- _TASK STATEMENT_:
Write down, unchanged, the entries from the first line through the line holding "#21=ORIENTED_EDGE('',*,*,#20,.F.);". Include no other line.

(Records from a data source)
[Start of Attachment]
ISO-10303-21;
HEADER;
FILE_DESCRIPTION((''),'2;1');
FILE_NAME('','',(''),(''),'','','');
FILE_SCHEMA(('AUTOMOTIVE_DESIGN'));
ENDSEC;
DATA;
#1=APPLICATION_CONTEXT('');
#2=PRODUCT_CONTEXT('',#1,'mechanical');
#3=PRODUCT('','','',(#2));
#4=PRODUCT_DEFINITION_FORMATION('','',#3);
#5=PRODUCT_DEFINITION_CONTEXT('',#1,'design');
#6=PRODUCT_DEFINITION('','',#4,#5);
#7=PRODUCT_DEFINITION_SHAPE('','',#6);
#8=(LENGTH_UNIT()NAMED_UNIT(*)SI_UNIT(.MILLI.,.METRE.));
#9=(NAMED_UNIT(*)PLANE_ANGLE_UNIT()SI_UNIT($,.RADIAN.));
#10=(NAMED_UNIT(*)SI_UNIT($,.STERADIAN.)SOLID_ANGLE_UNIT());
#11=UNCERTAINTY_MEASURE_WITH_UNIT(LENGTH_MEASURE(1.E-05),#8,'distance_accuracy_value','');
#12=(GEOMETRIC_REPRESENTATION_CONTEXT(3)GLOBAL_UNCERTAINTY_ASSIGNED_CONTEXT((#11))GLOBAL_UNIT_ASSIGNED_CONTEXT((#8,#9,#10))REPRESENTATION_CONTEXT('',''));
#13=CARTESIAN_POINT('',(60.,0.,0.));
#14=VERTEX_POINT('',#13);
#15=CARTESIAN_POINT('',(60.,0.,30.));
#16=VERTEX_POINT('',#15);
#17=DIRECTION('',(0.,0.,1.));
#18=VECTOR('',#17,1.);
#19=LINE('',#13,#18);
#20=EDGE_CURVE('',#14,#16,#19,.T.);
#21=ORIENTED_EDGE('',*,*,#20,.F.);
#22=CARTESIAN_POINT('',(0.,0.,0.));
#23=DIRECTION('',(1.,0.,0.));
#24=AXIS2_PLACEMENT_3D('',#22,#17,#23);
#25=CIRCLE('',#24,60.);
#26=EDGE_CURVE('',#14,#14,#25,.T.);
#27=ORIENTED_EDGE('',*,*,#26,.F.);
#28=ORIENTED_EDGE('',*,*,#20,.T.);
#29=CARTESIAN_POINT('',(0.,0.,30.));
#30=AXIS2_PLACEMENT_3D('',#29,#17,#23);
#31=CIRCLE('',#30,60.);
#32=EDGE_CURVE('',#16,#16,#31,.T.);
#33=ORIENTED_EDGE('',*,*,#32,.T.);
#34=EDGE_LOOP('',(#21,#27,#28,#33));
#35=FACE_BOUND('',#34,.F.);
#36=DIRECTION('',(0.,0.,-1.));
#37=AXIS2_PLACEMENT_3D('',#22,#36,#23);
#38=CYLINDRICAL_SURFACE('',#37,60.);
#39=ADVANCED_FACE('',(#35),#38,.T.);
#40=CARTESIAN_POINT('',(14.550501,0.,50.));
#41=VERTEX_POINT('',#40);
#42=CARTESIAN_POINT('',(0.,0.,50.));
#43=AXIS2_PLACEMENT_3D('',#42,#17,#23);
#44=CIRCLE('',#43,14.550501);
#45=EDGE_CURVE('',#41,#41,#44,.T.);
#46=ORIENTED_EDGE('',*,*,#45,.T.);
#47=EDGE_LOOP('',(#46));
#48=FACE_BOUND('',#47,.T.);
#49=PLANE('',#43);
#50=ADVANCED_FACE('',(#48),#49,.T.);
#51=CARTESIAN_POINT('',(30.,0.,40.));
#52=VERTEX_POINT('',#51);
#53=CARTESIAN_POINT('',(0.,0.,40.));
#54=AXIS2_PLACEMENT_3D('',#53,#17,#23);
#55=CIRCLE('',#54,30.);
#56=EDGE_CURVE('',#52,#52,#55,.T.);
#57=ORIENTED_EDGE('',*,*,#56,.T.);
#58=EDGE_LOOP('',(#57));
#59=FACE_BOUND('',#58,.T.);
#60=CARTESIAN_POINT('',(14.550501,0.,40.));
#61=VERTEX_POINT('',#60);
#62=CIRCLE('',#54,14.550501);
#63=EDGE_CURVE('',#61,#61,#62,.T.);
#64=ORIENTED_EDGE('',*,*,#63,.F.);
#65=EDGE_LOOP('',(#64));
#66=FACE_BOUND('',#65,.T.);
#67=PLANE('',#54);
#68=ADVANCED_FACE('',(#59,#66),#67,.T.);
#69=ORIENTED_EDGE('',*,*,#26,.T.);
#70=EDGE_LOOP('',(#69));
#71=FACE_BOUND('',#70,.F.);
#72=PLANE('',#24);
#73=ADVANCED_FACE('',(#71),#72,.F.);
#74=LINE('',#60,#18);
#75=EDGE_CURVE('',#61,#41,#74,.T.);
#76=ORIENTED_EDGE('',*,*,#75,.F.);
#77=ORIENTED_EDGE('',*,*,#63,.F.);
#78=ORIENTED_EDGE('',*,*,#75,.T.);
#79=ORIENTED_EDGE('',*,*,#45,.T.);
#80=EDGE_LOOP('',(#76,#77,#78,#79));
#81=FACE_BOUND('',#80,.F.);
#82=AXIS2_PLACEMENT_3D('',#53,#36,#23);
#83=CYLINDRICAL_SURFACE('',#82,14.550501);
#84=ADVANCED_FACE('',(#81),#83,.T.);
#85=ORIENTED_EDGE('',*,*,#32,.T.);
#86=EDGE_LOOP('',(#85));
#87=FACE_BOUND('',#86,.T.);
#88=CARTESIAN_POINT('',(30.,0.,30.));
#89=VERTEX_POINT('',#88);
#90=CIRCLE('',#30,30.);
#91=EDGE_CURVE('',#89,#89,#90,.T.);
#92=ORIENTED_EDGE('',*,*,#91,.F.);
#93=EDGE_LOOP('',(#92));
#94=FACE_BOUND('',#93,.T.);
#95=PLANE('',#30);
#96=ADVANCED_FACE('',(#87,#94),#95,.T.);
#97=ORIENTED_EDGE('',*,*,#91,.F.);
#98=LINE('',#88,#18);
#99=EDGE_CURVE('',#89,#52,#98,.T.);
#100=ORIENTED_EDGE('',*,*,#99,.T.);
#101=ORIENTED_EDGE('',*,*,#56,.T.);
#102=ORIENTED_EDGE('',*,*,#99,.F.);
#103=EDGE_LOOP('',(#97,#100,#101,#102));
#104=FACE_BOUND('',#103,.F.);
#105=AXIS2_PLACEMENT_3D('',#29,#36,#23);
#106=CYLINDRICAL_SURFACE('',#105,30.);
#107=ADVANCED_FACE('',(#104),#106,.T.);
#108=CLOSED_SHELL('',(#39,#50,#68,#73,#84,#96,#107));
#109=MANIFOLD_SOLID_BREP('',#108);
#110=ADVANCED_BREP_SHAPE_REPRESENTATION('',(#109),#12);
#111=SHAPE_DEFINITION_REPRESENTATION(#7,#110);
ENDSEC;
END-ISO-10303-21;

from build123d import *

# Parameters (mm, degrees)
F0_R     = 60
F1_DEPTH = 30
F2_R     = 30
F3_DEPTH = 10
F4_R     = 14.550501
F5_DEPTH = 10


with BuildPart() as f1:
    # F0 (on Top) → F1 (new body)
    with BuildSketch(Plane.XY):
        Circle(F0_R)
    extrude(amount=F1_DEPTH)

    # F2 (on face) → F3 (join)
    with BuildSketch(Plane.XY.offset(30)):
        Circle(F2_R)
    extrude(amount=F3_DEPTH)

    # F4 (on face) → F5 (join)
    with BuildSketch(Plane.XY.offset(40)):
        Circle(F4_R)
    extrude(amount=F5_DEPTH)


solid = f1.part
[End of Attachment]
- _SOLUTION TO THE EXERCISE_:
ISO-10303-21;
HEADER;
FILE_DESCRIPTION((''),'2;1');
FILE_NAME('','',(''),(''),'','','');
FILE_SCHEMA(('AUTOMOTIVE_DESIGN'));
ENDSEC;
DATA;
#1=APPLICATION_CONTEXT('');
#2=PRODUCT_CONTEXT('',#1,'mechanical');
#3=PRODUCT('','','',(#2));
#4=PRODUCT_DEFINITION_FORMATION('','',#3);
#5=PRODUCT_DEFINITION_CONTEXT('',#1,'design');
#6=PRODUCT_DEFINITION('','',#4,#5);
#7=PRODUCT_DEFINITION_SHAPE('','',#6);
#8=(LENGTH_UNIT()NAMED_UNIT(*)SI_UNIT(.MILLI.,.METRE.));
#9=(NAMED_UNIT(*)PLANE_ANGLE_UNIT()SI_UNIT($,.RADIAN.));
#10=(NAMED_UNIT(*)SI_UNIT($,.STERADIAN.)SOLID_ANGLE_UNIT());
#11=UNCERTAINTY_MEASURE_WITH_UNIT(LENGTH_MEASURE(1.E-05),#8,'distance_accuracy_value','');
#12=(GEOMETRIC_REPRESENTATION_CONTEXT(3)GLOBAL_UNCERTAINTY_ASSIGNED_CONTEXT((#11))GLOBAL_UNIT_ASSIGNED_CONTEXT((#8,#9,#10))REPRESENTATION_CONTEXT('',''));
#13=CARTESIAN_POINT('',(60.,0.,0.));
#14=VERTEX_POINT('',#13);
#15=CARTESIAN_POINT('',(60.,0.,30.));
#16=VERTEX_POINT('',#15);
#17=DIRECTION('',(0.,0.,1.));
#18=VECTOR('',#17,1.);
#19=LINE('',#13,#18);
#20=EDGE_CURVE('',#14,#16,#19,.T.);
#21=ORIENTED_EDGE('',*,*,#20,.F.);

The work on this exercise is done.